Initially, using the wind was more a case of redirecting it – into sails for transportation, through ducts and pipes for ventilation. Later, some enterprising person figured out how to power machines, like water pumps and grain mills with the wind.

It wasn’t until 1887 that a Scotsman named James Blyth first used wind-generated electricity to light his summer home. Later the same year, Charles F. Brush made a horizontal axis wind turbine that powered his house and laboratory in Cleveland, Ohio.

Left: James Blyth’s vertical axis wind turbine   Right: Charles Brush’s horizontal axis wind turbine.

Wind powered generators grew in popularity, primarily on farms or isolated buildings not connected to the grid. Capacities of these early generators was usually in the range of five to 10 kilowatts.

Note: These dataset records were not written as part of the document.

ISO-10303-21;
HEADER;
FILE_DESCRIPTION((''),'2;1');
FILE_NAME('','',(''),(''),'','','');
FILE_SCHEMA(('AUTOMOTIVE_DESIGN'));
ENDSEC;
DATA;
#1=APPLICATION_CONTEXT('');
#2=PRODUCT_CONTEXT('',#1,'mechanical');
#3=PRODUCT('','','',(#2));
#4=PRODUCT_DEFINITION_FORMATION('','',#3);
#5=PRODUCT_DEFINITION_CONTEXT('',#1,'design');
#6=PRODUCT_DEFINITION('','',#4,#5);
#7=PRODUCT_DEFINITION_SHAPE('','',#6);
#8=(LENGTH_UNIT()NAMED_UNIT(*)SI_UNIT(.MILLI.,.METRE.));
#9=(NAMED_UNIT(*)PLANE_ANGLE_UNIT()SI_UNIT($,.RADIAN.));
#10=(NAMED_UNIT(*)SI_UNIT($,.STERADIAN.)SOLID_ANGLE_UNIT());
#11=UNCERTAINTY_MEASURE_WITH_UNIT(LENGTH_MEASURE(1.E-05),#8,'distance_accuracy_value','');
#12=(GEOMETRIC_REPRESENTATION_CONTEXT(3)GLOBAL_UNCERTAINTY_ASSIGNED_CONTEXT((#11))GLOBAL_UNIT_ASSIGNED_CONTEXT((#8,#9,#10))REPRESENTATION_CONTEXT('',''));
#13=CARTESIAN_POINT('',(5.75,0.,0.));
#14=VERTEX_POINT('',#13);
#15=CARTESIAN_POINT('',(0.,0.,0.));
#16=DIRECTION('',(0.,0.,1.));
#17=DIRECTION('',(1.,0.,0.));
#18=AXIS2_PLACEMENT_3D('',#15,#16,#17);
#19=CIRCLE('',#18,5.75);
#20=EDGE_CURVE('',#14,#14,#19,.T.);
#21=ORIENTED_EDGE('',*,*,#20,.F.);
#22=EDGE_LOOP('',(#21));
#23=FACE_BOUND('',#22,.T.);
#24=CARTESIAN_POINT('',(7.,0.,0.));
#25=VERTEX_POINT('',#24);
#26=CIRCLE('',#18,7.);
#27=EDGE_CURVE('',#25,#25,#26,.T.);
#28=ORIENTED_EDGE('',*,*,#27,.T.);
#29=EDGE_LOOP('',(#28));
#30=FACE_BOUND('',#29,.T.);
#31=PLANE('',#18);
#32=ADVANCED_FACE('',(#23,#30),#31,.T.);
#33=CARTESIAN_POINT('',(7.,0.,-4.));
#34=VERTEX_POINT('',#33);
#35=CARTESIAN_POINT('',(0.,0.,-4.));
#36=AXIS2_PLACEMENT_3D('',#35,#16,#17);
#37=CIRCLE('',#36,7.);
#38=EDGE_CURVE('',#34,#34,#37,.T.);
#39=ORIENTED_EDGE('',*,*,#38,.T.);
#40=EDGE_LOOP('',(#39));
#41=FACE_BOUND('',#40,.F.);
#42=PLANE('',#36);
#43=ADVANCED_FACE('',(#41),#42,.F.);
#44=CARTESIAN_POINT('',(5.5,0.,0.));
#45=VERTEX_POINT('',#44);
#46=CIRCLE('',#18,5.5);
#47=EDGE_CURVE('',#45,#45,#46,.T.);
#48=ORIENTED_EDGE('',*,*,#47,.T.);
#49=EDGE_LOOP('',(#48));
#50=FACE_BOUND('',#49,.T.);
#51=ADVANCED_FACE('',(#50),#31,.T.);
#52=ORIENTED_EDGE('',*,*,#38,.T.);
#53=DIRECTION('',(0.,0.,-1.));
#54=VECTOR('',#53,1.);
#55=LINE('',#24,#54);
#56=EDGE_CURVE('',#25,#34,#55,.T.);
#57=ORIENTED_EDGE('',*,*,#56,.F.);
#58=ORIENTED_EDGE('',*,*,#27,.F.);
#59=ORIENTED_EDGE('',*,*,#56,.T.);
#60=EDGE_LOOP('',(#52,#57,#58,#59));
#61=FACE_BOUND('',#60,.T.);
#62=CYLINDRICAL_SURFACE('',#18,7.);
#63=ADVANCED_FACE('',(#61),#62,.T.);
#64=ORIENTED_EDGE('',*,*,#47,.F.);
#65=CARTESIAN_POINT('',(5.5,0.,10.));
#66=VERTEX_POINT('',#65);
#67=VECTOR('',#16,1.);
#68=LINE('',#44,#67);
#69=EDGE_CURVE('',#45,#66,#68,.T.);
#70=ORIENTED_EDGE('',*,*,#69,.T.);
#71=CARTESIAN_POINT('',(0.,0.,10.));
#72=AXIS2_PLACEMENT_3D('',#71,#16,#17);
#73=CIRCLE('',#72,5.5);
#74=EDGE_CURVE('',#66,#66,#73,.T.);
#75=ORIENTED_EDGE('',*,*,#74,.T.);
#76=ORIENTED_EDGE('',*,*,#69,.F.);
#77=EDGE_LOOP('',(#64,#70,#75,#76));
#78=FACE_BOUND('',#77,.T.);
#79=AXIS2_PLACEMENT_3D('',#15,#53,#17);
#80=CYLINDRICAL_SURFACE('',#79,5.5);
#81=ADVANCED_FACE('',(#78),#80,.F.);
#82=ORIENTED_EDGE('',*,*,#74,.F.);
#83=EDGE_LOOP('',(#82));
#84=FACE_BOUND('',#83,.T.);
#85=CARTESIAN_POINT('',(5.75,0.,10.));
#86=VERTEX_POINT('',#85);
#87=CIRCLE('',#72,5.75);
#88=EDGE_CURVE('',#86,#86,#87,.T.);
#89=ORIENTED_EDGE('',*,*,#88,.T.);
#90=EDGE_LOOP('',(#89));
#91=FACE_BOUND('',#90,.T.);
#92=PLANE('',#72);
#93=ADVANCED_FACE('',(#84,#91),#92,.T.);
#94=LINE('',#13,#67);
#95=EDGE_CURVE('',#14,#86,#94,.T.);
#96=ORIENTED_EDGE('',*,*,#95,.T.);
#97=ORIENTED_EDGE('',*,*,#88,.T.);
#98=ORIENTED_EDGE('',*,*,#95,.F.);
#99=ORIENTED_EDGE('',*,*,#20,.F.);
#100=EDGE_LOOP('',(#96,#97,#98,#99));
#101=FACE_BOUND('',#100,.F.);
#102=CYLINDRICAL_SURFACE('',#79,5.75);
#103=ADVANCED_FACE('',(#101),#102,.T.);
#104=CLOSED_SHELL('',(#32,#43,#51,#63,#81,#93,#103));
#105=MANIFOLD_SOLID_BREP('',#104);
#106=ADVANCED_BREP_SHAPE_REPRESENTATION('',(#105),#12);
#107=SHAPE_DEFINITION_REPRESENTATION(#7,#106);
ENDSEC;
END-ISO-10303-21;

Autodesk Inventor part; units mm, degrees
ref_plane "YZ Plane" through (0, 0, 0) normal (1, 0, 0) x (0, 1, 0)
ref_plane "XZ Plane" through (0, 0, 0) normal (0, 1, 0) x (-1, 0, 0)
ref_plane "XY Plane" through (0, 0, 0) normal (0, 0, 1) x (1, 0, 0)
sketch "Sketch1" plane through (0, 0, 0) normal (0, 0, 1) x (1, 0, 0)
  circle A0 centre (0, 0) radius 5.5
  circle A1 centre (0, 0) radius 5.75
  dimension "d0" = 11
  dimension "d1" = 11.5
extrude "Extrusion1" add sketch "Sketch1" along normal blind 10
sketch "Sketch2" plane through (0, 0, 0) normal (0, 0, 1) x (1, 0, 0)
  circle A0 centre (0, 0) radius 7
  dimension "d4" = 14
extrude "Extrusion2" add sketch "Sketch2" against normal blind 4
properties part number "10 mm Cap"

In the late 1970s, capacities increased to 20 to 30 kilowatts and the market expanded, especially in Europe. In 1980, the first wind farm was built in New Hampshire and comprised 20 30-kilowatt turbines. However, the project failed because of design errors. Never the less, it paved the way for successful projects soon after. The largest on shore wind farm in the world is the Bigelow Canyon Wind Farm in Oregon. The project consists of 217 wind turbines with a combined installed capacity of 450 megawatts. The site covers 100 square kilometres.

The first offshore wind farm was constructed at Vindeby, Denmark. It consists of 11 450-kilowatt turbines with a combined installed capacity of 4.95 megawatts. The largest offshore wind farm is Thanet, off the southeast coast of England. Covering 35 square kilometres, it comprises 100 three-megawatt turbines with a combined installed capacity of 300 megawatts.

Thanet Offshore Wind Farm Image: Vattenfall

The total global installed capacity is more than 200,000 megawatts, and individual turbine capacity has risen to seven megawatts. The top five producers are the United States (28.3 per cent), Germany (14.4 per cent), Spain (13.9 per cent), China (10.0 per cent) and India (6.1 per cent). Canada ranks 13 overall with 1.4 per cent.

In Denmark, wind generation accounts for 18.7 per cent of total electricity generation. Portugal ranks second with 15.5 per cent and Spain ranks third with 12.6 per cent. In Canada, wind power contributes less than one per cent of total electricity generation.